__WORK INSTRUCTIONS__. When you reach the line containing "v -9.295 -10.429 0" in the entries below, start writing out each line exactly, and stop after the line containing "v -11.906 0 0".

__Stored items__.
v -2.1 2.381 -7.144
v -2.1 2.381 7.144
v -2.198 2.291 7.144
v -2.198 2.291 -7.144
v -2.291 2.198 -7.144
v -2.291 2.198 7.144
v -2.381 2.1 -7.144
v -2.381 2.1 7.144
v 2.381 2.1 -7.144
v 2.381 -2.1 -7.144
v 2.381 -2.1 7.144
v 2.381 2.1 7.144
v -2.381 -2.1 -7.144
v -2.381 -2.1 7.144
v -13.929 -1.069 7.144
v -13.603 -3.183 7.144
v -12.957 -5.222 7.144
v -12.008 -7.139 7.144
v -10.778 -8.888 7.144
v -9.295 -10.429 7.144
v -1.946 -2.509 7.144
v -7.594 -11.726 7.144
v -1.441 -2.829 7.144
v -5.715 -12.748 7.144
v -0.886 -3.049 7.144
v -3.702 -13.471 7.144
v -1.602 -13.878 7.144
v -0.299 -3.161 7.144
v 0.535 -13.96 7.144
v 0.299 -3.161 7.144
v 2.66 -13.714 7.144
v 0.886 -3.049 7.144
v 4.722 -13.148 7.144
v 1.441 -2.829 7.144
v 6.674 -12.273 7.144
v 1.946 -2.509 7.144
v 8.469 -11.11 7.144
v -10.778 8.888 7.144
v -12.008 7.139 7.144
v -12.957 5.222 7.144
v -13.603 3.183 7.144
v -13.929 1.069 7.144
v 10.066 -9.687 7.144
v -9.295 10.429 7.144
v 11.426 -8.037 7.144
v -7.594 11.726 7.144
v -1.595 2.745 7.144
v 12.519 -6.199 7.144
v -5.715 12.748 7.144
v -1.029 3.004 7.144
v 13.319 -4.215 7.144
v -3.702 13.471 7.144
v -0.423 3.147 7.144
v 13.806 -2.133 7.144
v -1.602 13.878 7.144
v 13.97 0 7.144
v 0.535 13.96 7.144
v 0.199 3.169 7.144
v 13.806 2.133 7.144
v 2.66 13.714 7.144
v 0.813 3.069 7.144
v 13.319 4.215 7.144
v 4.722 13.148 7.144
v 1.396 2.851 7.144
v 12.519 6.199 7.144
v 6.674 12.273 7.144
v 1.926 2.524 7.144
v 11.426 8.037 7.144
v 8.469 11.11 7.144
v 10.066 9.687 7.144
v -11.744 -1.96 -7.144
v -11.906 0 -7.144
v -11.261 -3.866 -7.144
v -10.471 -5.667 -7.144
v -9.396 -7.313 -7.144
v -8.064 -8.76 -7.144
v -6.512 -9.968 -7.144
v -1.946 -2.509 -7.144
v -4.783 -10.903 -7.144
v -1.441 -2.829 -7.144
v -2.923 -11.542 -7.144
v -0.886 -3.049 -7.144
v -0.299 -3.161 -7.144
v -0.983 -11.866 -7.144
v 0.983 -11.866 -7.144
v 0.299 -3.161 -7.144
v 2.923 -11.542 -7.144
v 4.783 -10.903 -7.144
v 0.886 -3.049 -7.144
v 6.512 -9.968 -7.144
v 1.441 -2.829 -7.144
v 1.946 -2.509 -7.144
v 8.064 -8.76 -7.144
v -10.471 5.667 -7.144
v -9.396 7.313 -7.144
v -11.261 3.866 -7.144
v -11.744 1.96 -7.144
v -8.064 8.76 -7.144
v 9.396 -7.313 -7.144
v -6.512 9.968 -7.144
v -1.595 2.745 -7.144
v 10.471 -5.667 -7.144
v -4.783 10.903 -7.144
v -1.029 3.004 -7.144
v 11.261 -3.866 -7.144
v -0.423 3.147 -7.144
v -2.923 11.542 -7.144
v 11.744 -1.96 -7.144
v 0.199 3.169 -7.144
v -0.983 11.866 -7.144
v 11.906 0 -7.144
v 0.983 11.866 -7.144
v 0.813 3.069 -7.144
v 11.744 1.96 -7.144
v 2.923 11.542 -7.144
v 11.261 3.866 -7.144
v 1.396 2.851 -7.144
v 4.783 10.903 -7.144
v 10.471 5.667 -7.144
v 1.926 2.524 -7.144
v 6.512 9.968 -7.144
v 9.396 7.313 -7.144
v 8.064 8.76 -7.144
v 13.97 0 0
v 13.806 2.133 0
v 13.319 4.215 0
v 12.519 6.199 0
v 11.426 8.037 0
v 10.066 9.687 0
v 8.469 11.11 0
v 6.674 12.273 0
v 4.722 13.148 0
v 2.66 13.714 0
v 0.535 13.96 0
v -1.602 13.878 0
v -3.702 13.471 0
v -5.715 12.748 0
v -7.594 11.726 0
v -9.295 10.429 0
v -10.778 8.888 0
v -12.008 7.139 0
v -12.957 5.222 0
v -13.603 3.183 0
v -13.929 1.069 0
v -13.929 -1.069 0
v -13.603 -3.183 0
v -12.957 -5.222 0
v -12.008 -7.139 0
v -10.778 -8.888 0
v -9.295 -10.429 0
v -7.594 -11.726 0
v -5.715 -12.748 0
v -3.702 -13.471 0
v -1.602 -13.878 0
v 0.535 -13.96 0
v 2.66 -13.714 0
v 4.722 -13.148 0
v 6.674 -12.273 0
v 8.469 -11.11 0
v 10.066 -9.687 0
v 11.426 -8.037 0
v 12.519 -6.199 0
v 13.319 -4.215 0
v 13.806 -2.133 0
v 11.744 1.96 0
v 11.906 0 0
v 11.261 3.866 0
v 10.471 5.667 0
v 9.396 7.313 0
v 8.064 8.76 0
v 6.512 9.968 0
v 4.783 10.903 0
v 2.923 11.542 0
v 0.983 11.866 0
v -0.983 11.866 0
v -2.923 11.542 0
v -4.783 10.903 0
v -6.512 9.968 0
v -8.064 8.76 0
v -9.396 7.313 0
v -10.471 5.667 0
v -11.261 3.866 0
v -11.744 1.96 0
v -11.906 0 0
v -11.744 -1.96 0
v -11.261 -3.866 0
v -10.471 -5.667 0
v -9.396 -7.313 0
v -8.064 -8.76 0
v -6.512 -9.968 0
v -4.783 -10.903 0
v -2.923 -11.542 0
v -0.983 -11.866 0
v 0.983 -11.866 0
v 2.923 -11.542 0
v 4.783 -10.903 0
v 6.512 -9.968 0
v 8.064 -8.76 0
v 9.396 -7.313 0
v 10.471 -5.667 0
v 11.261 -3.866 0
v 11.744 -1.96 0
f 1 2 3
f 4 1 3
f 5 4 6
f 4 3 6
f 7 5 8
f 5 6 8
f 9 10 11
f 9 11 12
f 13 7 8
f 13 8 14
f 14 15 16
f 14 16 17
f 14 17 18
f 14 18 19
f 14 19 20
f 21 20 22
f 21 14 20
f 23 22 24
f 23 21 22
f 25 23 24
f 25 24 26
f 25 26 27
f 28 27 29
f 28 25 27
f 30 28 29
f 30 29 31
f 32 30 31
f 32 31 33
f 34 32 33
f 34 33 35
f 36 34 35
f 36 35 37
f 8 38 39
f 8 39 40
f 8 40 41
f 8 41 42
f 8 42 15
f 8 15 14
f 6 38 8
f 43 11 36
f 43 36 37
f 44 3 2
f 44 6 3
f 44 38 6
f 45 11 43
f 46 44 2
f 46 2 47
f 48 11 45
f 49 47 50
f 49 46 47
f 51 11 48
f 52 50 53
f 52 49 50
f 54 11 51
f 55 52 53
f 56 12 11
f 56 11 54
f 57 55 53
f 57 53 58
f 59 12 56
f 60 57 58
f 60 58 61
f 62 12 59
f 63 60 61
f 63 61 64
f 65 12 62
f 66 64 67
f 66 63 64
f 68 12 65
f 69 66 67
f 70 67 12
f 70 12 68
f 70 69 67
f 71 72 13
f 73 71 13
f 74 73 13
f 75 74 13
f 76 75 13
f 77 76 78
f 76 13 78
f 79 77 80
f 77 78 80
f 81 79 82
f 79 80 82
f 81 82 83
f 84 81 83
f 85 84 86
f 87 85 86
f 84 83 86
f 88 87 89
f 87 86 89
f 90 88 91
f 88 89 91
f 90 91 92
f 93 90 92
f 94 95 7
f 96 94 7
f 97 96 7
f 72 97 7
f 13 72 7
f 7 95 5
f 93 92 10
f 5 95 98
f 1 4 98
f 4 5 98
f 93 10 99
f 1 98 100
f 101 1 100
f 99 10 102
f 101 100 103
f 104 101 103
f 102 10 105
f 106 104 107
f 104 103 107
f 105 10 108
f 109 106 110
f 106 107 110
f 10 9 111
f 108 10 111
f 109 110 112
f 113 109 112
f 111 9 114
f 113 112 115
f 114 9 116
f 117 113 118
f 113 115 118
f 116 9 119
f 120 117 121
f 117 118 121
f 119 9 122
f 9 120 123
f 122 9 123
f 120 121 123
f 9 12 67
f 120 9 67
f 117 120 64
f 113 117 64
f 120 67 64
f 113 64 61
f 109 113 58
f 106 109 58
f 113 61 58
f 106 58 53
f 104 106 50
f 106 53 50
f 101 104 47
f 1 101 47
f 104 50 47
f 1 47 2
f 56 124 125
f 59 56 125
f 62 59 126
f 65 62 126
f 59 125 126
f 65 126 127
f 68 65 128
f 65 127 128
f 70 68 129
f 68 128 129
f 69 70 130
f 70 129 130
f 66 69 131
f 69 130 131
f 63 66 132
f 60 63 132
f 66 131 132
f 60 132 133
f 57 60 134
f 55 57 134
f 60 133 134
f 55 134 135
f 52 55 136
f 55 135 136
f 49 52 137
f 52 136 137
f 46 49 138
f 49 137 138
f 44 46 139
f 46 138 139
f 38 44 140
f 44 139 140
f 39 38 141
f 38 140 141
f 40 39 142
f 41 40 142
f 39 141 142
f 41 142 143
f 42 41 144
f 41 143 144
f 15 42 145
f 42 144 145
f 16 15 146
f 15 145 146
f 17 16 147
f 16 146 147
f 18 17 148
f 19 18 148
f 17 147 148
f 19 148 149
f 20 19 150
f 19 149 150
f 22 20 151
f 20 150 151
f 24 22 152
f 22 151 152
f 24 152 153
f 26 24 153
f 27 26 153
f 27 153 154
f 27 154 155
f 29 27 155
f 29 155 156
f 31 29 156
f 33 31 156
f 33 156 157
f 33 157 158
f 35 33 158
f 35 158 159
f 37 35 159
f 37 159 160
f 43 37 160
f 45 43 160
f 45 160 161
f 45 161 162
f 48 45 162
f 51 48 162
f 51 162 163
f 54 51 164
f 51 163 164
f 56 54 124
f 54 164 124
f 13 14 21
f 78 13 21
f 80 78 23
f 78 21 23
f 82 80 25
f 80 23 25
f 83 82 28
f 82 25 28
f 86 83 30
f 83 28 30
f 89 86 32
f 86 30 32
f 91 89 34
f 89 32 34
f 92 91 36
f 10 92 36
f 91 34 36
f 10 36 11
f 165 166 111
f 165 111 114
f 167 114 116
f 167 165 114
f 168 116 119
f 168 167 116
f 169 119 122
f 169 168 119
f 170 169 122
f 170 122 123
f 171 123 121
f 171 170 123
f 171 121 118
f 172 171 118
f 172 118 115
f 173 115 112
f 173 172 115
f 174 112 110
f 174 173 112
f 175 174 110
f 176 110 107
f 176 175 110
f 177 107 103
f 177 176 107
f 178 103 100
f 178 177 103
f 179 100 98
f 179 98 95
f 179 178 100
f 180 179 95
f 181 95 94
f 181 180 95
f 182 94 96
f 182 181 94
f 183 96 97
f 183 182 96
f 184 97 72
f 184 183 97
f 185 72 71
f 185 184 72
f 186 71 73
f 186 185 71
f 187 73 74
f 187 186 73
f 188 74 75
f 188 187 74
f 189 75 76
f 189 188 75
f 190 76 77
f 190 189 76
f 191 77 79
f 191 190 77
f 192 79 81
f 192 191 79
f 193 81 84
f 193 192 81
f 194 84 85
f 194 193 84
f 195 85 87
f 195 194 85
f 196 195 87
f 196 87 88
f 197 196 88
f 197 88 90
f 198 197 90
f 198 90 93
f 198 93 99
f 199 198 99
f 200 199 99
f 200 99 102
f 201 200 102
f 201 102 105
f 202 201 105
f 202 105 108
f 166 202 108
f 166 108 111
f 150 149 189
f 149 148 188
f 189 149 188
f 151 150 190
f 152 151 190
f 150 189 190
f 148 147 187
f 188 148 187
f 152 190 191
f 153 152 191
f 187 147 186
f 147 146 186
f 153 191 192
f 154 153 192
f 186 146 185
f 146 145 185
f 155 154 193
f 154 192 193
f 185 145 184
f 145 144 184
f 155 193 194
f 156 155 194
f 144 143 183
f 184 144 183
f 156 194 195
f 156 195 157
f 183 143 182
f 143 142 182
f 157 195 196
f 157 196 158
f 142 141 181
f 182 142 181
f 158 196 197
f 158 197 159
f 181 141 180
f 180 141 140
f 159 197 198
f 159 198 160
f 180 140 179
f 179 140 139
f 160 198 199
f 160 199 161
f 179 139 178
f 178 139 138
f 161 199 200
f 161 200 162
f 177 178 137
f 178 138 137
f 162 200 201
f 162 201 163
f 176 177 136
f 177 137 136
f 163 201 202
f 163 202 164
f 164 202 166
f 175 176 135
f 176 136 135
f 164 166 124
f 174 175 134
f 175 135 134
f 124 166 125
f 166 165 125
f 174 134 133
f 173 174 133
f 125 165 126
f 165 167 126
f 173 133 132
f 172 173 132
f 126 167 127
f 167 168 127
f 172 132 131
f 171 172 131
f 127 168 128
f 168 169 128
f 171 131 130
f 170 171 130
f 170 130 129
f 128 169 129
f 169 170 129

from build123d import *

# Parameters (mm, degrees)
F0_R     = 11.90625
F1_DEPTH = 7.14375
F2_R     = 13.97
F3_DEPTH = 7.14375
F5_DEPTH = 25.4


with BuildPart() as f1:
    # F0 (on Top) → F1 (new body)
    with BuildSketch(Plane.XY):
        Circle(F0_R)
    extrude(amount=-F1_DEPTH)

    # F2 (on Top) → F3 (join)
    with BuildSketch(Plane.XY):
        Circle(F2_R)
    extrude(amount=F3_DEPTH)

    # F4 (on face) → F5 (cut)
    with BuildSketch(Plane.XY.offset(7.14375)):
        with BuildLine():
            ThreePointArc((2.38125, 2.100065), (0.198828, 3.168768), (-2.100065, 2.38125))
            ThreePointArc((-2.100065, 2.38125), (-2.245064, 2.245064), (-2.38125, 2.100065))
            Line((-2.38125, 2.100065), (-2.38125, -2.100065))
            ThreePointArc((-2.38125, -2.100065), (0, -3.175), (2.38125, -2.100065))
            Line((2.38125, -2.100065), (2.38125, 2.100065))
        make_face()
    extrude(amount=-F5_DEPTH, mode=Mode.SUBTRACT)


solid = f1.part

__EXERCISE ANSWER__.
v -9.295 -10.429 0
v -7.594 -11.726 0
v -5.715 -12.748 0
v -3.702 -13.471 0
v -1.602 -13.878 0
v 0.535 -13.96 0
v 2.66 -13.714 0
v 4.722 -13.148 0
v 6.674 -12.273 0
v 8.469 -11.11 0
v 10.066 -9.687 0
v 11.426 -8.037 0
v 12.519 -6.199 0
v 13.319 -4.215 0
v 13.806 -2.133 0
v 11.744 1.96 0
v 11.906 0 0
v 11.261 3.866 0
v 10.471 5.667 0
v 9.396 7.313 0
v 8.064 8.76 0
v 6.512 9.968 0
v 4.783 10.903 0
v 2.923 11.542 0
v 0.983 11.866 0
v -0.983 11.866 0
v -2.923 11.542 0
v -4.783 10.903 0
v -6.512 9.968 0
v -8.064 8.76 0
v -9.396 7.313 0
v -10.471 5.667 0
v -11.261 3.866 0
v -11.744 1.96 0
v -11.906 0 0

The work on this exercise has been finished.